■ About this exercise: In the records below, find the line with "f 1 117 112" and the line with "f 140 141 135"; return exactly those lines and every line between them.
════════════════════
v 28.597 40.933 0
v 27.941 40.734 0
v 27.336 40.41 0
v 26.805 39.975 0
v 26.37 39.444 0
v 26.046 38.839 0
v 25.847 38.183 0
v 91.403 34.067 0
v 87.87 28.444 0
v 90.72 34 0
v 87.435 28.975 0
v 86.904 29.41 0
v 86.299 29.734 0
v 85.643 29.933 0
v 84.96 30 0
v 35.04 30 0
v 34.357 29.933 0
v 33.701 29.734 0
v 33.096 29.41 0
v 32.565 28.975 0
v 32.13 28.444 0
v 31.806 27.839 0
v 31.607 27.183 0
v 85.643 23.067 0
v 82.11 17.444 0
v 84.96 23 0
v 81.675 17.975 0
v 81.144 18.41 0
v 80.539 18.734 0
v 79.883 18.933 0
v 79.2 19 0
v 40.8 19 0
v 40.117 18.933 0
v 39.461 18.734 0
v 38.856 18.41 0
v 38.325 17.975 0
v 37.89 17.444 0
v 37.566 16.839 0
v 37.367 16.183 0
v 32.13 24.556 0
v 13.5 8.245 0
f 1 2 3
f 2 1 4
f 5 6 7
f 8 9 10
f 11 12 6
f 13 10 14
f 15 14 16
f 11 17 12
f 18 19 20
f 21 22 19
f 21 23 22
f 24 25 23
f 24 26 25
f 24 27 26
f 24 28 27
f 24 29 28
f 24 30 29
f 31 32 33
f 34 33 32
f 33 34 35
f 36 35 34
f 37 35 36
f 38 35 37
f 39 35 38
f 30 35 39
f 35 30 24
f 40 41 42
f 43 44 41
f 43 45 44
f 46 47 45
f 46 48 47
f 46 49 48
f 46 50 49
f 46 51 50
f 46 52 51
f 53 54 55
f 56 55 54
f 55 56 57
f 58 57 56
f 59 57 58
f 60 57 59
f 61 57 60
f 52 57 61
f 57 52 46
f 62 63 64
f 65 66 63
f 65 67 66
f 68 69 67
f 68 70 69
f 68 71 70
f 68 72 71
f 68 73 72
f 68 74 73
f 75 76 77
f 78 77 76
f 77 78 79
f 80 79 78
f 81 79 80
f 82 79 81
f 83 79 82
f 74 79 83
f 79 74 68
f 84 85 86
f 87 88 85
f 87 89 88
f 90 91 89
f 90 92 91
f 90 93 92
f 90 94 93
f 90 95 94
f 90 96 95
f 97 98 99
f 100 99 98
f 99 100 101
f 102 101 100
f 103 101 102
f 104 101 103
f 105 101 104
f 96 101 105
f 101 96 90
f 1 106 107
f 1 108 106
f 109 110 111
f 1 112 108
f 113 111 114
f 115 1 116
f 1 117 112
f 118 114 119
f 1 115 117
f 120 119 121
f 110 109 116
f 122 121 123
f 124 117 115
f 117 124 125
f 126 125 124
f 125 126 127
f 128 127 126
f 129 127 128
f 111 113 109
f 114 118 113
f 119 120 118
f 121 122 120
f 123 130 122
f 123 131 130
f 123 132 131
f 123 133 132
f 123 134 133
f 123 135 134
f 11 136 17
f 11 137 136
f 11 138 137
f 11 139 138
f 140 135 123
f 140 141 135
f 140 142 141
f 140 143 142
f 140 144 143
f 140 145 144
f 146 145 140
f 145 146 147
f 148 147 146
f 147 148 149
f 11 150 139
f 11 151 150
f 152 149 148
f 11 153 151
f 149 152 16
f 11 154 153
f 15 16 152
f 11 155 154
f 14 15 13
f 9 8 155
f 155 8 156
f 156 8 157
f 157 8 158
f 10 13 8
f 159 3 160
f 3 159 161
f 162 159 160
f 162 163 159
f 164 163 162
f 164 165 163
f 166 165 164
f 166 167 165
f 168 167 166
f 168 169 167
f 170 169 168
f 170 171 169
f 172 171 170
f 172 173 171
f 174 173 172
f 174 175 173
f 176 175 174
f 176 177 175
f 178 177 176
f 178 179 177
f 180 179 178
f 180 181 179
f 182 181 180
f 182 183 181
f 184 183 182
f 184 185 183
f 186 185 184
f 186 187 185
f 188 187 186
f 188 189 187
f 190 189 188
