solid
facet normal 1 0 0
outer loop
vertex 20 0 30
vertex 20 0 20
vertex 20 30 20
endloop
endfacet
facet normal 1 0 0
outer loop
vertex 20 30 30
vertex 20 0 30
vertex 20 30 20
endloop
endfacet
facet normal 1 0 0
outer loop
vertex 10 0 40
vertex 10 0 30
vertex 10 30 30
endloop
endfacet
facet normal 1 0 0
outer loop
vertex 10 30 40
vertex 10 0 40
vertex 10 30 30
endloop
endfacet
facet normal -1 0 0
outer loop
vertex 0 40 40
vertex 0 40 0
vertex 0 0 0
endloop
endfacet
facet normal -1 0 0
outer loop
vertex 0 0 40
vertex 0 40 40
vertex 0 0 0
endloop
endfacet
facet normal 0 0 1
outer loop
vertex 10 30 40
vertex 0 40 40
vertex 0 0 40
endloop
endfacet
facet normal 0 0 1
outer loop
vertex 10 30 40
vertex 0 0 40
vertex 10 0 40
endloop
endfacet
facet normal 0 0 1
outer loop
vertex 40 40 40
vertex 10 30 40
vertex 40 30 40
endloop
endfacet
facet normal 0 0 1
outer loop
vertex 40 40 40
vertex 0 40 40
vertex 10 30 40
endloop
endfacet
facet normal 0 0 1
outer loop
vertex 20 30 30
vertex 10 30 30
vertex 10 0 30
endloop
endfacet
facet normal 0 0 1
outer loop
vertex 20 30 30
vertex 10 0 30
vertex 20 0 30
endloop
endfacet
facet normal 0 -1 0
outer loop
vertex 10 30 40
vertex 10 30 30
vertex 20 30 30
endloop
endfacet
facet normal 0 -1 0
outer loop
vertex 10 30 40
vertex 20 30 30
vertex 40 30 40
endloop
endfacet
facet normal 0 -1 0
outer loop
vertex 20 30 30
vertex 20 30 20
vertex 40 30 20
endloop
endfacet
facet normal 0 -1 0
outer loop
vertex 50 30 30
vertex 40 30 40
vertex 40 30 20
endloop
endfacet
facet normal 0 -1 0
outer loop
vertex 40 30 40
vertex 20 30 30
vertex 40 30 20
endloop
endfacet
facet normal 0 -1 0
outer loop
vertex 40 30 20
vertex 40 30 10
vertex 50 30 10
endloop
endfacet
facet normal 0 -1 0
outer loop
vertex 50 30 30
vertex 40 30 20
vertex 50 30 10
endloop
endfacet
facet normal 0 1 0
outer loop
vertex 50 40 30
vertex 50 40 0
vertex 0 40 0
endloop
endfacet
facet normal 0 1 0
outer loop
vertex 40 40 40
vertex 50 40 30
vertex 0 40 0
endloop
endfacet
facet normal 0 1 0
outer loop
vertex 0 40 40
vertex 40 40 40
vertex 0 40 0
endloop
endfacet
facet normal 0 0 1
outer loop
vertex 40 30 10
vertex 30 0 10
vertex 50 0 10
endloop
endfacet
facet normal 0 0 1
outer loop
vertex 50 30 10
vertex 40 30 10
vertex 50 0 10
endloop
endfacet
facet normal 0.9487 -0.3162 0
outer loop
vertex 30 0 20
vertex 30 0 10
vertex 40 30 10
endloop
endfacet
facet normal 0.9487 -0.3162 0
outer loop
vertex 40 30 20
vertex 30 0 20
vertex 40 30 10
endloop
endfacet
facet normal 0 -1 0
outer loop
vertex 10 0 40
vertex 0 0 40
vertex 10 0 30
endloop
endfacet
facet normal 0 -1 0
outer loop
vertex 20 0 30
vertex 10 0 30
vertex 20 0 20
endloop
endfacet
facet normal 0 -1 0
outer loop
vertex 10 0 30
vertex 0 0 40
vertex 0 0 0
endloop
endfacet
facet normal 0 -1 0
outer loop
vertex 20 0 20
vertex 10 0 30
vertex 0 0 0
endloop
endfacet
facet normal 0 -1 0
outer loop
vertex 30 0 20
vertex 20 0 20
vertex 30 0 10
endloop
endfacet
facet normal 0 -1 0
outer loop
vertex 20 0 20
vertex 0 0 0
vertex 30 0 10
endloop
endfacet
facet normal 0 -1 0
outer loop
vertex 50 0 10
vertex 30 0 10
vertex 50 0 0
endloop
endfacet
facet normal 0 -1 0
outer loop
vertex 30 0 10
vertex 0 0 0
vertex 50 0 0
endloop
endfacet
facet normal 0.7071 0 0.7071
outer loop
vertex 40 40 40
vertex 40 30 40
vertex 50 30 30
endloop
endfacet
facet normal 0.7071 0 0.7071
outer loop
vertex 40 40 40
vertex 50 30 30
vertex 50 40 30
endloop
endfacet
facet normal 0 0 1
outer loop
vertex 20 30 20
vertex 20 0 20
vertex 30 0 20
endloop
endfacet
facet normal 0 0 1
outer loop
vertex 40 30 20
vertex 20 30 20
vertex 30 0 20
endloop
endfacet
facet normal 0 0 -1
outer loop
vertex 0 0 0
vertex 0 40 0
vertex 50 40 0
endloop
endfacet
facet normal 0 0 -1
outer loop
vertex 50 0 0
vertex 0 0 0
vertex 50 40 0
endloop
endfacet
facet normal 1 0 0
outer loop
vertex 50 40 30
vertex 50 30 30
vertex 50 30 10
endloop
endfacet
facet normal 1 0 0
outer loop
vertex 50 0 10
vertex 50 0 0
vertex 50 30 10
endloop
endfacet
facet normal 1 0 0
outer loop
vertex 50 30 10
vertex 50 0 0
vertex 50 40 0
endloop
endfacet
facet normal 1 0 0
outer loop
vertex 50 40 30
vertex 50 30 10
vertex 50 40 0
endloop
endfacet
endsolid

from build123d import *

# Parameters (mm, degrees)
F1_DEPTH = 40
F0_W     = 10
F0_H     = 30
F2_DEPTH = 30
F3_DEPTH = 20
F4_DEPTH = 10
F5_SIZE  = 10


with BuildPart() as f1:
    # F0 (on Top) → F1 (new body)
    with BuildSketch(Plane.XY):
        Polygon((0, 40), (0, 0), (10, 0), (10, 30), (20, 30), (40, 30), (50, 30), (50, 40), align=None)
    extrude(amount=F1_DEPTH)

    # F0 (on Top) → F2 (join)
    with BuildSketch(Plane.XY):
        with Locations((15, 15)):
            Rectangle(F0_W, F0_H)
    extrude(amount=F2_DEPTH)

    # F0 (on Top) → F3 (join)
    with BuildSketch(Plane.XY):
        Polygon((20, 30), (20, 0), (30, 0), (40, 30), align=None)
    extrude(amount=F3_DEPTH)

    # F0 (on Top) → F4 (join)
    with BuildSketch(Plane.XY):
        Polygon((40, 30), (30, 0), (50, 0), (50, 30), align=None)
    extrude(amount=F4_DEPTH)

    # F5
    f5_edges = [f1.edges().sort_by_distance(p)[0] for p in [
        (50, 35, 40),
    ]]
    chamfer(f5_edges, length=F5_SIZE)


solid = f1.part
════════════════════
■ Task output:
f 1 117 112
f 118 114 119
f 1 115 117
f 120 119 121
f 110 109 116
f 122 121 123
f 124 117 115
f 117 124 125
f 126 125 124
f 125 126 127
f 128 127 126
f 129 127 128
f 111 113 109
f 114 118 113
f 119 120 118
f 121 122 120
f 123 130 122
f 123 131 130
f 123 132 131
f 123 133 132
f 123 134 133
f 123 135 134
f 11 136 17
f 11 137 136
f 11 138 137
f 11 139 138
f 140 135 123
f 140 141 135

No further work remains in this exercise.